■ AIM OF THE EXERCISE: Instruction for the data below: set down exactly the lines from the line with "f 110 448 446" to the line with "v 0.845 0 -1.239", inclusive, and no others.

'''

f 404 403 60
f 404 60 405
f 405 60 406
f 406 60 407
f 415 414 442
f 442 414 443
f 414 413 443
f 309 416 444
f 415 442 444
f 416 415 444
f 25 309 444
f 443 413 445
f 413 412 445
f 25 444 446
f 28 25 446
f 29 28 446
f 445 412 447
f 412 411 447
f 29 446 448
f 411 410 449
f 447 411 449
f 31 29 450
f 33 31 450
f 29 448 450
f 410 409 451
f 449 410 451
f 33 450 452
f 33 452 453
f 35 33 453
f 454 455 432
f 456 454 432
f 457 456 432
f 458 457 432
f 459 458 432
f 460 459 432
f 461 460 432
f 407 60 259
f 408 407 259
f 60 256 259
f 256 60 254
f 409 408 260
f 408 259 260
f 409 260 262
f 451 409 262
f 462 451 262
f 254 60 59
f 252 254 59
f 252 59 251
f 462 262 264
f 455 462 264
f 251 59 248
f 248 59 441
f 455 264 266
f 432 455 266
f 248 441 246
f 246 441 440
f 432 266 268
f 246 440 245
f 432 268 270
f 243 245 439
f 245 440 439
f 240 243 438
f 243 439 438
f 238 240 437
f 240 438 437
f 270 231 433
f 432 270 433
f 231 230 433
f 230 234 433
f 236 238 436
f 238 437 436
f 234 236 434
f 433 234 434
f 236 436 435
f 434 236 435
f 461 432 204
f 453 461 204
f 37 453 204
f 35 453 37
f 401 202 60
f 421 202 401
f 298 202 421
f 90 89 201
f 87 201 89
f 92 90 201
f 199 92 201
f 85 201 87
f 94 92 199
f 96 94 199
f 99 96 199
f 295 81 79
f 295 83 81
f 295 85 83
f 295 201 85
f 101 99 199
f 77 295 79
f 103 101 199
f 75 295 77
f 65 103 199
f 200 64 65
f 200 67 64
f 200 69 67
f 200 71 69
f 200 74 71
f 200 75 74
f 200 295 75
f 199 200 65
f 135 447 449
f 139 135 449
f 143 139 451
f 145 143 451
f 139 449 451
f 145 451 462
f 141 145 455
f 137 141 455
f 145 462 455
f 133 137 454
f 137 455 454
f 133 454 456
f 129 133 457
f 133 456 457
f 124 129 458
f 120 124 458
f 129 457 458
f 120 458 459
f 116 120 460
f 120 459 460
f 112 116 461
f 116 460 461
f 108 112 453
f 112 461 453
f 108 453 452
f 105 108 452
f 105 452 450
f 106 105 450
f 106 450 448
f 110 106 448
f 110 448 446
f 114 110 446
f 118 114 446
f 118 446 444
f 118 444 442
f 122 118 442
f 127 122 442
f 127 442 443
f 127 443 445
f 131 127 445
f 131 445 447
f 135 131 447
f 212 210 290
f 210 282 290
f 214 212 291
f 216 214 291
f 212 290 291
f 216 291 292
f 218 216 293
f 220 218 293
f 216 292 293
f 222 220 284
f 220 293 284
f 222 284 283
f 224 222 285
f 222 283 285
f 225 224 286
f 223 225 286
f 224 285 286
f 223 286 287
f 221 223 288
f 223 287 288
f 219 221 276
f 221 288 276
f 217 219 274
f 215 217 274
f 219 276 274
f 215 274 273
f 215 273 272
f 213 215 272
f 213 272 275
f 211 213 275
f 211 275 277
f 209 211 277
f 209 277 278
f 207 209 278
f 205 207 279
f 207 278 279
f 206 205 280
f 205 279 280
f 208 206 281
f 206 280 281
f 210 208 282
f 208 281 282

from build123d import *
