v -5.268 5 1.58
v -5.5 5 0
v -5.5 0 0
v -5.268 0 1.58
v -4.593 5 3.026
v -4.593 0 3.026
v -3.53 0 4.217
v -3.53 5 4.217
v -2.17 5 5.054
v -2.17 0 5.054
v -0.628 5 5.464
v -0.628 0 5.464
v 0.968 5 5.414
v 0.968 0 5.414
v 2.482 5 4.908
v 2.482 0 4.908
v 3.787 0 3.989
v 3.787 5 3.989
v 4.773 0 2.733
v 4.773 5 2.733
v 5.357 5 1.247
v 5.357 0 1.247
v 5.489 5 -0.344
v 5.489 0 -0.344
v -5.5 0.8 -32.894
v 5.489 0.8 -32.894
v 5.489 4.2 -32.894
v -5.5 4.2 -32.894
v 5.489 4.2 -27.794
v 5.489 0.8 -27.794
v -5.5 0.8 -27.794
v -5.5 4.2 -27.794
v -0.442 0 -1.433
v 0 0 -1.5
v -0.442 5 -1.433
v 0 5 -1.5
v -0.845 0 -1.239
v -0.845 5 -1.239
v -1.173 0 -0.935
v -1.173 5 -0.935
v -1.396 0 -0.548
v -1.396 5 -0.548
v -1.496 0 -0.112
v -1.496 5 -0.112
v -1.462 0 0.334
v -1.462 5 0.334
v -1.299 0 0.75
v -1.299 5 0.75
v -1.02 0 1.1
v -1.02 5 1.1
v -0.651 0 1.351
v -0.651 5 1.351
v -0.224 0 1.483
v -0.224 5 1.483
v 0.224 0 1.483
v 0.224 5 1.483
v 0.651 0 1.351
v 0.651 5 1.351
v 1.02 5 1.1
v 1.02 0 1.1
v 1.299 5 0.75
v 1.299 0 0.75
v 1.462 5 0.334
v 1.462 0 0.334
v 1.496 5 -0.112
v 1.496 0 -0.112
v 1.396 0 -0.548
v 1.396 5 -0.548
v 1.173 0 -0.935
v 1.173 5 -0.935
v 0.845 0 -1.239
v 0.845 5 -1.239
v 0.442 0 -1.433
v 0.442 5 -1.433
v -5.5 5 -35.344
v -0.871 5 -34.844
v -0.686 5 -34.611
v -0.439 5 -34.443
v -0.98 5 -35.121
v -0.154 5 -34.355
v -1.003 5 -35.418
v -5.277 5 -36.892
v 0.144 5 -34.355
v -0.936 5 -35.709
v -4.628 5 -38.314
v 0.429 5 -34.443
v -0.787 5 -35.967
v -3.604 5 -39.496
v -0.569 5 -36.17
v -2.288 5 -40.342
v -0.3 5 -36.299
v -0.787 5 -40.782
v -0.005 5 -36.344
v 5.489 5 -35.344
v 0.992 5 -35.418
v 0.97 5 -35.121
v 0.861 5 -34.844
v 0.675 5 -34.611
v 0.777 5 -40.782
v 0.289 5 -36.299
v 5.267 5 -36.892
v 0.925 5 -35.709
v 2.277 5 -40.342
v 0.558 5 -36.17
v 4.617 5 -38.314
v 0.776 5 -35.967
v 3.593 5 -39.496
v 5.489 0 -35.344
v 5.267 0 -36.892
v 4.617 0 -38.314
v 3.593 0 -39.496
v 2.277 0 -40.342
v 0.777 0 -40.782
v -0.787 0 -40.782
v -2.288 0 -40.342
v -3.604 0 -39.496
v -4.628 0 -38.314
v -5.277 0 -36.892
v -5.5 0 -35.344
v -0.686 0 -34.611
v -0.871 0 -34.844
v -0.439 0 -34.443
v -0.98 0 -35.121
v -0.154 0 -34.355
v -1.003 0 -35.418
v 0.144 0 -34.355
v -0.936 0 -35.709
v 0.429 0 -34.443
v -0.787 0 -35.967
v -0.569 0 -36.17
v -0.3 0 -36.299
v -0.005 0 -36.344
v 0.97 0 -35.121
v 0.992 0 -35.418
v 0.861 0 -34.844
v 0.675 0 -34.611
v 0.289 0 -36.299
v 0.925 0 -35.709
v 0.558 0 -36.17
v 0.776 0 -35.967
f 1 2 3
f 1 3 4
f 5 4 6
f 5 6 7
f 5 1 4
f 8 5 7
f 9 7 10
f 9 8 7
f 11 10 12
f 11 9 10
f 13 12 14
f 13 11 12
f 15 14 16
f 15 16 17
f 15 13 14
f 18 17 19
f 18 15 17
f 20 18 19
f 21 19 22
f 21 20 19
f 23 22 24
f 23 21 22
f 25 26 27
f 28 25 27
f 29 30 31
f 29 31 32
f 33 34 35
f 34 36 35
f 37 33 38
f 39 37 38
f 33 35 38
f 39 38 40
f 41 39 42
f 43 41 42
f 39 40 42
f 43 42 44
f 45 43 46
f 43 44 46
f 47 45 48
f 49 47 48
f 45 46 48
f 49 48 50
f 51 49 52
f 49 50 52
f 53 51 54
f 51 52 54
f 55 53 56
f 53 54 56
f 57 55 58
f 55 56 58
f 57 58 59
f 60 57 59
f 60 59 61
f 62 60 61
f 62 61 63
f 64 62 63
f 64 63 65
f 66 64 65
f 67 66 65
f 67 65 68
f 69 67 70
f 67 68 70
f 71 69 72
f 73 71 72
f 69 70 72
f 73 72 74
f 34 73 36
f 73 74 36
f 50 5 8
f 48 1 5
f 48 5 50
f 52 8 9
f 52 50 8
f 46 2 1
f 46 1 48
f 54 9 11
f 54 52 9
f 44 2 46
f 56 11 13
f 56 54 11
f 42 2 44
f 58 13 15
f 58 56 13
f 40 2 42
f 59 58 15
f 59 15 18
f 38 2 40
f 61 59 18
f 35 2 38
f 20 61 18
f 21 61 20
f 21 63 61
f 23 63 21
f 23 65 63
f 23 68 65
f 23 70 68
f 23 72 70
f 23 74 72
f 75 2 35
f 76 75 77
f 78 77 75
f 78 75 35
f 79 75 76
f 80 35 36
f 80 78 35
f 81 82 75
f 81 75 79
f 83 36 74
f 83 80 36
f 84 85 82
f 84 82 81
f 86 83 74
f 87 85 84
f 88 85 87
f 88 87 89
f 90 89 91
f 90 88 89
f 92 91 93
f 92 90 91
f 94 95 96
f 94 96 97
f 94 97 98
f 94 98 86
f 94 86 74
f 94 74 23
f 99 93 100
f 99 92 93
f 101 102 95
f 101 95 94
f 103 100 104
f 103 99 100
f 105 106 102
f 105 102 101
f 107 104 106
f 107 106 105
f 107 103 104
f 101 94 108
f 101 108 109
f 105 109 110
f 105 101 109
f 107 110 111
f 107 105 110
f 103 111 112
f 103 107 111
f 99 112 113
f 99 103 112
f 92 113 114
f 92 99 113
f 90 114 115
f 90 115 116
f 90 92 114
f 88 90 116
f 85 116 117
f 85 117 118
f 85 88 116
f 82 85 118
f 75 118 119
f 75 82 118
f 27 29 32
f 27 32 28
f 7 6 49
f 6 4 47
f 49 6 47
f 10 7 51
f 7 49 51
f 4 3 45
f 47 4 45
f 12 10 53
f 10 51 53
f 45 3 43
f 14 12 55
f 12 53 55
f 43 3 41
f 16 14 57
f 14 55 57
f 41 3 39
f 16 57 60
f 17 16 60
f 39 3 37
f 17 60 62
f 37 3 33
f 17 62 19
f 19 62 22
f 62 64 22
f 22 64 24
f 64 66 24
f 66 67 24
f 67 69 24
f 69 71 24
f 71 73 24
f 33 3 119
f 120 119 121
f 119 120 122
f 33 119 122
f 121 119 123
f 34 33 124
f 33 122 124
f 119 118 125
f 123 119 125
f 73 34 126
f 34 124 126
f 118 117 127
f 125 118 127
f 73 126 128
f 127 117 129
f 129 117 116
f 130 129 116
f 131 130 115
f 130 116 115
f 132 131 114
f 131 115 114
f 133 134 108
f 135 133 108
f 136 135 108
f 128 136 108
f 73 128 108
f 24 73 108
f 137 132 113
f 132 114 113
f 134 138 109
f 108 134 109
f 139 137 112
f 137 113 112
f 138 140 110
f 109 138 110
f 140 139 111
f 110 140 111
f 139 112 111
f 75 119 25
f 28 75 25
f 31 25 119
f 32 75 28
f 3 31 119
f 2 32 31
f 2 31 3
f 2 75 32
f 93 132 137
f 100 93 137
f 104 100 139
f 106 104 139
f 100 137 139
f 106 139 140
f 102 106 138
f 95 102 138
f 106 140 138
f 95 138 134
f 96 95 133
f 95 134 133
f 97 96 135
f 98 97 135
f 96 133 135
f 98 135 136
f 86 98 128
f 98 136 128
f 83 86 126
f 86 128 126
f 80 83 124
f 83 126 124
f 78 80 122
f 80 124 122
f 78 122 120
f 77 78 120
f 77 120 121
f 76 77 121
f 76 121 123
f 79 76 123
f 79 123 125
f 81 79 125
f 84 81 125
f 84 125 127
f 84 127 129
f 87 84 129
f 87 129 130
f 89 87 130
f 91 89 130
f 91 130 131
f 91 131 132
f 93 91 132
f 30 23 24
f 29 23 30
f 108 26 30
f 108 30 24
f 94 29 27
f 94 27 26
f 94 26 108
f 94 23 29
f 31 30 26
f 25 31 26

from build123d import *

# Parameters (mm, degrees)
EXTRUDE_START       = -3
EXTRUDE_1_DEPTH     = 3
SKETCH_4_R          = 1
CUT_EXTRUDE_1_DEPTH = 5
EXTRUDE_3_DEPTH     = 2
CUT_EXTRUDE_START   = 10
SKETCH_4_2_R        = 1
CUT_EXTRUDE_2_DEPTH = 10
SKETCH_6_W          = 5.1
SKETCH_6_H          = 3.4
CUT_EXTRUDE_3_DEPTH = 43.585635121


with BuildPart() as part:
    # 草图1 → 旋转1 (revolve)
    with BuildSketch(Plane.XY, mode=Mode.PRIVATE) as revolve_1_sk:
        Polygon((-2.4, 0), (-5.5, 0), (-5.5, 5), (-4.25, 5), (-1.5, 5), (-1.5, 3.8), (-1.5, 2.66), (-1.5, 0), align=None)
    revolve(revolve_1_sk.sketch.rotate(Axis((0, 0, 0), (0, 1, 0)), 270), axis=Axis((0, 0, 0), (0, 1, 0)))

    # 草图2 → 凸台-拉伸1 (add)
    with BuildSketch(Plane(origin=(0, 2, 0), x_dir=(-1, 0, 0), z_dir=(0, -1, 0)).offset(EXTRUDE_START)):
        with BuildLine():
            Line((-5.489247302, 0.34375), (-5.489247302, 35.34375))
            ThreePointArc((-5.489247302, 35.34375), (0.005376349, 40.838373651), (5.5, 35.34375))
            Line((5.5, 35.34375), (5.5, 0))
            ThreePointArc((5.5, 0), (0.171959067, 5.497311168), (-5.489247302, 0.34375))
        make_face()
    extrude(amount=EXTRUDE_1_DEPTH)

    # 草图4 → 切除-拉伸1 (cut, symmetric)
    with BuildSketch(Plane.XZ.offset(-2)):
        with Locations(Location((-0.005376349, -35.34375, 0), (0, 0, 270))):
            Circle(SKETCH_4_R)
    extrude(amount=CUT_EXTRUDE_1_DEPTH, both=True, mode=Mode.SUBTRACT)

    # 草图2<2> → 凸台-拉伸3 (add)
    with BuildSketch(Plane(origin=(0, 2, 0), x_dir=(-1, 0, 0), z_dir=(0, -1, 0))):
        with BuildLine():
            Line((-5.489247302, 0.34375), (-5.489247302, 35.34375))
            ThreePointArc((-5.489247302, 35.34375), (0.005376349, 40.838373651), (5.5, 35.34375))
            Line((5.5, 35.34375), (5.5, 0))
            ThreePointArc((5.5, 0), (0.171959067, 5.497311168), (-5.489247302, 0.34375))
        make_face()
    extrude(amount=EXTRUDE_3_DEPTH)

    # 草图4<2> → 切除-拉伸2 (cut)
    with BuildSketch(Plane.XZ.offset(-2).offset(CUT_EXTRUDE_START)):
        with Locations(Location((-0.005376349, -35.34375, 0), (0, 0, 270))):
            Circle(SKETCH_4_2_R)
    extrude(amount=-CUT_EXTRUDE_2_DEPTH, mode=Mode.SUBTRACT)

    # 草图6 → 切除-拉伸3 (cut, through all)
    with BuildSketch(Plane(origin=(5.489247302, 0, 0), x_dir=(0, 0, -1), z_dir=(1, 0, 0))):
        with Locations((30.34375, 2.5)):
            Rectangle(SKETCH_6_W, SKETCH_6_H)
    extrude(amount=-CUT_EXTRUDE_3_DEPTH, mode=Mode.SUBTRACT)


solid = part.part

'''

■ RESULT OF THE TASK:
f 110 448 446
f 114 110 446
f 118 114 446
f 118 446 444
f 118 444 442
f 122 118 442
f 127 122 442
f 127 442 443
f 127 443 445
f 131 127 445
f 131 445 447
f 135 131 447
f 212 210 290
f 210 282 290
f 214 212 291
f 216 214 291
f 212 290 291
f 216 291 292
f 218 216 293
f 220 218 293
f 216 292 293
f 222 220 284
f 220 293 284
f 222 284 283
f 224 222 285
f 222 283 285
f 225 224 286
f 223 225 286
f 224 285 286
f 223 286 287
f 221 223 288
f 223 287 288
f 219 221 276
f 221 288 276
f 217 219 274
f 215 217 274
f 219 276 274
f 215 274 273
f 215 273 272
f 213 215 272
f 213 272 275
f 211 213 275
f 211 275 277
f 209 211 277
f 209 277 278
f 207 209 278
f 205 207 279
f 207 278 279
f 206 205 280
f 205 279 280
f 208 206 281
f 206 280 281
f 210 208 282
f 208 281 282

from build123d import *
v -5.268 5 1.58
v -5.5 5 0
v -5.5 0 0
v -5.268 0 1.58
v -4.593 5 3.026
v -4.593 0 3.026
v -3.53 0 4.217
v -3.53 5 4.217
v -2.17 5 5.054
v -2.17 0 5.054
v -0.628 5 5.464
v -0.628 0 5.464
v 0.968 5 5.414
v 0.968 0 5.414
v 2.482 5 4.908
v 2.482 0 4.908
v 3.787 0 3.989
v 3.787 5 3.989
v 4.773 0 2.733
v 4.773 5 2.733
v 5.357 5 1.247
v 5.357 0 1.247
v 5.489 5 -0.344
v 5.489 0 -0.344
v -5.5 0.8 -32.894
v 5.489 0.8 -32.894
v 5.489 4.2 -32.894
v -5.5 4.2 -32.894
v 5.489 4.2 -27.794
v 5.489 0.8 -27.794
v -5.5 0.8 -27.794
v -5.5 4.2 -27.794
v -0.442 0 -1.433
v 0 0 -1.5
v -0.442 5 -1.433
v 0 5 -1.5
v -0.845 0 -1.239
v -0.845 5 -1.239
v -1.173 0 -0.935
v -1.173 5 -0.935
v -1.396 0 -0.548
v -1.396 5 -0.548
v -1.496 0 -0.112
v -1.496 5 -0.112
v -1.462 0 0.334
v -1.462 5 0.334
v -1.299 0 0.75
v -1.299 5 0.75
v -1.02 0 1.1
v -1.02 5 1.1
v -0.651 0 1.351
v -0.651 5 1.351
v -0.224 0 1.483
v -0.224 5 1.483
v 0.224 0 1.483
v 0.224 5 1.483
v 0.651 0 1.351
v 0.651 5 1.351
v 1.02 5 1.1
v 1.02 0 1.1
v 1.299 5 0.75
v 1.299 0 0.75
v 1.462 5 0.334
v 1.462 0 0.334
v 1.496 5 -0.112
v 1.496 0 -0.112
v 1.396 0 -0.548
v 1.396 5 -0.548
v 1.173 0 -0.935
v 1.173 5 -0.935
v 0.845 0 -1.239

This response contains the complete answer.